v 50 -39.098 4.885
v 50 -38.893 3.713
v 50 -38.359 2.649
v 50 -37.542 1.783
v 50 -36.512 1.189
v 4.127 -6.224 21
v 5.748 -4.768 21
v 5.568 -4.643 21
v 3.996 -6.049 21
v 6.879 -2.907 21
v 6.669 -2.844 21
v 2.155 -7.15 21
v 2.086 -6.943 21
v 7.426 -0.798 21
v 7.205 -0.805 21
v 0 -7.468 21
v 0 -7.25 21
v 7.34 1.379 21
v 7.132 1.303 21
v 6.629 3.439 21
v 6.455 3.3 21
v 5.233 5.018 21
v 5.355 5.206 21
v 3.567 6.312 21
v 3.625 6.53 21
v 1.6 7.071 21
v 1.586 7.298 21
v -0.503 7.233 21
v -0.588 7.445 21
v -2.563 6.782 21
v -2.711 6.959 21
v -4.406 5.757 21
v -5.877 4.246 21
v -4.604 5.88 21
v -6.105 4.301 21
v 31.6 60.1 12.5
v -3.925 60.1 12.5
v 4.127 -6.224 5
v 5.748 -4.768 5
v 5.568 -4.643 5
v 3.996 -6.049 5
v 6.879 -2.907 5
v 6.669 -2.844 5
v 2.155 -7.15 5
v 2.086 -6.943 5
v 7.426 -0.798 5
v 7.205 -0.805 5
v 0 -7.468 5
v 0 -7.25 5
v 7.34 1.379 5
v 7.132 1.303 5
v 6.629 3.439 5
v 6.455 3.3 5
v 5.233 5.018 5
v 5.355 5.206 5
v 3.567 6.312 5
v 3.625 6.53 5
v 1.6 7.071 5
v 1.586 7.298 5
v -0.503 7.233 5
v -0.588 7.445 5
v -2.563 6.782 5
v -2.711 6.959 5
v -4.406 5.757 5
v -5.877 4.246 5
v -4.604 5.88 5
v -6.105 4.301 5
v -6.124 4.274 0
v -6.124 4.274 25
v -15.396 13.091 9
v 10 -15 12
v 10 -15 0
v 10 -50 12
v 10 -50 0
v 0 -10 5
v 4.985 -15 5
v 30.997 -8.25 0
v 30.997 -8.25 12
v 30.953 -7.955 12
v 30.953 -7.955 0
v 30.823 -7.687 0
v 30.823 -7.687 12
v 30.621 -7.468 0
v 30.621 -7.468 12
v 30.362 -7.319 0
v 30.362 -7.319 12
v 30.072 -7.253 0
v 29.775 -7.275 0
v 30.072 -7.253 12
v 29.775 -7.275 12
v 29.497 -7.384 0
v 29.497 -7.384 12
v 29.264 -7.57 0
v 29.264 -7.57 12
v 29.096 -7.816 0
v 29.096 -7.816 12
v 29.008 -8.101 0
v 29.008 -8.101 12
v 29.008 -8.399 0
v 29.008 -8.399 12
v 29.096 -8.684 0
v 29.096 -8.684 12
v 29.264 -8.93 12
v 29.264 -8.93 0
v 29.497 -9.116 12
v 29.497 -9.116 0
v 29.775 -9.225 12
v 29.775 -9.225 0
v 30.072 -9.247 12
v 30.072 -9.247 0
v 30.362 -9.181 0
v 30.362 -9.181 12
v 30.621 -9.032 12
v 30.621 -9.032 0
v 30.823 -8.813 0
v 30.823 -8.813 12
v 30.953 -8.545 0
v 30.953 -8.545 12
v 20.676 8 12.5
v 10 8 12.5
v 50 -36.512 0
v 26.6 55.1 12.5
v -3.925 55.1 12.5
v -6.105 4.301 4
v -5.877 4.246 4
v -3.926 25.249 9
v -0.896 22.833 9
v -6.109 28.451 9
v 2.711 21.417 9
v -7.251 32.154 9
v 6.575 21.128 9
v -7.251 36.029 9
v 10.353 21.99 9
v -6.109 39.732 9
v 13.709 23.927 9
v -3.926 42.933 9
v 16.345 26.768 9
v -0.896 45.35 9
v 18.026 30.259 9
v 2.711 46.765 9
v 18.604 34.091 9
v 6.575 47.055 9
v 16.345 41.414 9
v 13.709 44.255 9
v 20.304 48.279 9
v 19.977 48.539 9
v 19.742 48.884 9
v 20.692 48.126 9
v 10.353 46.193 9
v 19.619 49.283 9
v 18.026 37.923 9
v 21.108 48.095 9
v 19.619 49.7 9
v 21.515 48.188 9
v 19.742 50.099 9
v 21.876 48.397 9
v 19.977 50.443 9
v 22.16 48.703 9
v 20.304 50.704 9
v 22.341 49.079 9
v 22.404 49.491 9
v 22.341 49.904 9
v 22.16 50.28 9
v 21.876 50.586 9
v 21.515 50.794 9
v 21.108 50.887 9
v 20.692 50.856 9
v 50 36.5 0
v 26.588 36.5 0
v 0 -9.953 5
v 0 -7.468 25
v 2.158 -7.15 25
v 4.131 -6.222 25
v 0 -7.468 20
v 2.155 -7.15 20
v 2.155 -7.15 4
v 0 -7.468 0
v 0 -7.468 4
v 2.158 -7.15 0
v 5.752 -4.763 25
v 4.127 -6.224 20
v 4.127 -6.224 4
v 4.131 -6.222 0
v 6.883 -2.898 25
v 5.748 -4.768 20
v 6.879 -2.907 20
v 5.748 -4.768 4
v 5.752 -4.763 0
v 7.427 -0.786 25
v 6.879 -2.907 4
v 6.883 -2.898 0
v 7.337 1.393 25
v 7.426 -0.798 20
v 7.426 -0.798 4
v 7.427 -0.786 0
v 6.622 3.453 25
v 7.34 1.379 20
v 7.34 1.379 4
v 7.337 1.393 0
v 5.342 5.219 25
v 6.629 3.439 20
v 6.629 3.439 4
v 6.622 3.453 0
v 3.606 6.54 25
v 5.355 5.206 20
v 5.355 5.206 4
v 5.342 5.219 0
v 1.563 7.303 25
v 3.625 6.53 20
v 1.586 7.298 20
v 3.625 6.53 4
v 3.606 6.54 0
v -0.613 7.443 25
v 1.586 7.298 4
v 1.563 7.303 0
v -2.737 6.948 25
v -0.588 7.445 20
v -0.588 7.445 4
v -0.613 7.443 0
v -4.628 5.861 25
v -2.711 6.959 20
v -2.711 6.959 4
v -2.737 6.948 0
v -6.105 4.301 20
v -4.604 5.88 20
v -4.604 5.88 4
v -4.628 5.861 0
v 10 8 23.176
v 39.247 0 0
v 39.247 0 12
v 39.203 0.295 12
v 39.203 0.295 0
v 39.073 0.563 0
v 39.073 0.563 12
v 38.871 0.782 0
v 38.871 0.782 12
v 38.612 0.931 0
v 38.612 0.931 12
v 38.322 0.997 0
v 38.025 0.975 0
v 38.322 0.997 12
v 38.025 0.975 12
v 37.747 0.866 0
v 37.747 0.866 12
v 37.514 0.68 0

Brief:
Copy out the entire listing exactly.

Output for this task:
v 50 -39.098 4.885
v 50 -38.893 3.713
v 50 -38.359 2.649
v 50 -37.542 1.783
v 50 -36.512 1.189
v 4.127 -6.224 21
v 5.748 -4.768 21
v 5.568 -4.643 21
v 3.996 -6.049 21
v 6.879 -2.907 21
v 6.669 -2.844 21
v 2.155 -7.15 21
v 2.086 -6.943 21
v 7.426 -0.798 21
v 7.205 -0.805 21
v 0 -7.468 21
v 0 -7.25 21
v 7.34 1.379 21
v 7.132 1.303 21
v 6.629 3.439 21
v 6.455 3.3 21
v 5.233 5.018 21
v 5.355 5.206 21
v 3.567 6.312 21
v 3.625 6.53 21
v 1.6 7.071 21
v 1.586 7.298 21
v -0.503 7.233 21
v -0.588 7.445 21
v -2.563 6.782 21
v -2.711 6.959 21
v -4.406 5.757 21
v -5.877 4.246 21
v -4.604 5.88 21
v -6.105 4.301 21
v 31.6 60.1 12.5
v -3.925 60.1 12.5
v 4.127 -6.224 5
v 5.748 -4.768 5
v 5.568 -4.643 5
v 3.996 -6.049 5
v 6.879 -2.907 5
v 6.669 -2.844 5
v 2.155 -7.15 5
v 2.086 -6.943 5
v 7.426 -0.798 5
v 7.205 -0.805 5
v 0 -7.468 5
v 0 -7.25 5
v 7.34 1.379 5
v 7.132 1.303 5
v 6.629 3.439 5
v 6.455 3.3 5
v 5.233 5.018 5
v 5.355 5.206 5
v 3.567 6.312 5
v 3.625 6.53 5
v 1.6 7.071 5
v 1.586 7.298 5
v -0.503 7.233 5
v -0.588 7.445 5
v -2.563 6.782 5
v -2.711 6.959 5
v -4.406 5.757 5
v -5.877 4.246 5
v -4.604 5.88 5
v -6.105 4.301 5
v -6.124 4.274 0
v -6.124 4.274 25
v -15.396 13.091 9
v 10 -15 12
v 10 -15 0
v 10 -50 12
v 10 -50 0
v 0 -10 5
v 4.985 -15 5
v 30.997 -8.25 0
v 30.997 -8.25 12
v 30.953 -7.955 12
v 30.953 -7.955 0
v 30.823 -7.687 0
v 30.823 -7.687 12
v 30.621 -7.468 0
v 30.621 -7.468 12
v 30.362 -7.319 0
v 30.362 -7.319 12
v 30.072 -7.253 0
v 29.775 -7.275 0
v 30.072 -7.253 12
v 29.775 -7.275 12
v 29.497 -7.384 0
v 29.497 -7.384 12
v 29.264 -7.57 0
v 29.264 -7.57 12
v 29.096 -7.816 0
v 29.096 -7.816 12
v 29.008 -8.101 0
v 29.008 -8.101 12
v 29.008 -8.399 0
v 29.008 -8.399 12
v 29.096 -8.684 0
v 29.096 -8.684 12
v 29.264 -8.93 12
v 29.264 -8.93 0
v 29.497 -9.116 12
v 29.497 -9.116 0
v 29.775 -9.225 12
v 29.775 -9.225 0
v 30.072 -9.247 12
v 30.072 -9.247 0
v 30.362 -9.181 0
v 30.362 -9.181 12
v 30.621 -9.032 12
v 30.621 -9.032 0
v 30.823 -8.813 0
v 30.823 -8.813 12
v 30.953 -8.545 0
v 30.953 -8.545 12
v 20.676 8 12.5
v 10 8 12.5
v 50 -36.512 0
v 26.6 55.1 12.5
v -3.925 55.1 12.5
v -6.105 4.301 4
v -5.877 4.246 4
v -3.926 25.249 9
v -0.896 22.833 9
v -6.109 28.451 9
v 2.711 21.417 9
v -7.251 32.154 9
v 6.575 21.128 9
v -7.251 36.029 9
v 10.353 21.99 9
v -6.109 39.732 9
v 13.709 23.927 9
v -3.926 42.933 9
v 16.345 26.768 9
v -0.896 45.35 9
v 18.026 30.259 9
v 2.711 46.765 9
v 18.604 34.091 9
v 6.575 47.055 9
v 16.345 41.414 9
v 13.709 44.255 9
v 20.304 48.279 9
v 19.977 48.539 9
v 19.742 48.884 9
v 20.692 48.126 9
v 10.353 46.193 9
v 19.619 49.283 9
v 18.026 37.923 9
v 21.108 48.095 9
v 19.619 49.7 9
v 21.515 48.188 9
v 19.742 50.099 9
v 21.876 48.397 9
v 19.977 50.443 9
v 22.16 48.703 9
v 20.304 50.704 9
v 22.341 49.079 9
v 22.404 49.491 9
v 22.341 49.904 9
v 22.16 50.28 9
v 21.876 50.586 9
v 21.515 50.794 9
v 21.108 50.887 9
v 20.692 50.856 9
v 50 36.5 0
v 26.588 36.5 0
v 0 -9.953 5
v 0 -7.468 25
v 2.158 -7.15 25
v 4.131 -6.222 25
v 0 -7.468 20
v 2.155 -7.15 20
v 2.155 -7.15 4
v 0 -7.468 0
v 0 -7.468 4
v 2.158 -7.15 0
v 5.752 -4.763 25
v 4.127 -6.224 20
v 4.127 -6.224 4
v 4.131 -6.222 0
v 6.883 -2.898 25
v 5.748 -4.768 20
v 6.879 -2.907 20
v 5.748 -4.768 4
v 5.752 -4.763 0
v 7.427 -0.786 25
v 6.879 -2.907 4
v 6.883 -2.898 0
v 7.337 1.393 25
v 7.426 -0.798 20
v 7.426 -0.798 4
v 7.427 -0.786 0
v 6.622 3.453 25
v 7.34 1.379 20
v 7.34 1.379 4
v 7.337 1.393 0
v 5.342 5.219 25
v 6.629 3.439 20
v 6.629 3.439 4
v 6.622 3.453 0
v 3.606 6.54 25
v 5.355 5.206 20
v 5.355 5.206 4
v 5.342 5.219 0
v 1.563 7.303 25
v 3.625 6.53 20
v 1.586 7.298 20
v 3.625 6.53 4
v 3.606 6.54 0
v -0.613 7.443 25
v 1.586 7.298 4
v 1.563 7.303 0
v -2.737 6.948 25
v -0.588 7.445 20
v -0.588 7.445 4
v -0.613 7.443 0
v -4.628 5.861 25
v -2.711 6.959 20
v -2.711 6.959 4
v -2.737 6.948 0
v -6.105 4.301 20
v -4.604 5.88 20
v -4.604 5.88 4
v -4.628 5.861 0
v 10 8 23.176
v 39.247 0 0
v 39.247 0 12
v 39.203 0.295 12
v 39.203 0.295 0
v 39.073 0.563 0
v 39.073 0.563 12
v 38.871 0.782 0
v 38.871 0.782 12
v 38.612 0.931 0
v 38.612 0.931 12
v 38.322 0.997 0
v 38.025 0.975 0
v 38.322 0.997 12
v 38.025 0.975 12
v 37.747 0.866 0
v 37.747 0.866 12
v 37.514 0.68 0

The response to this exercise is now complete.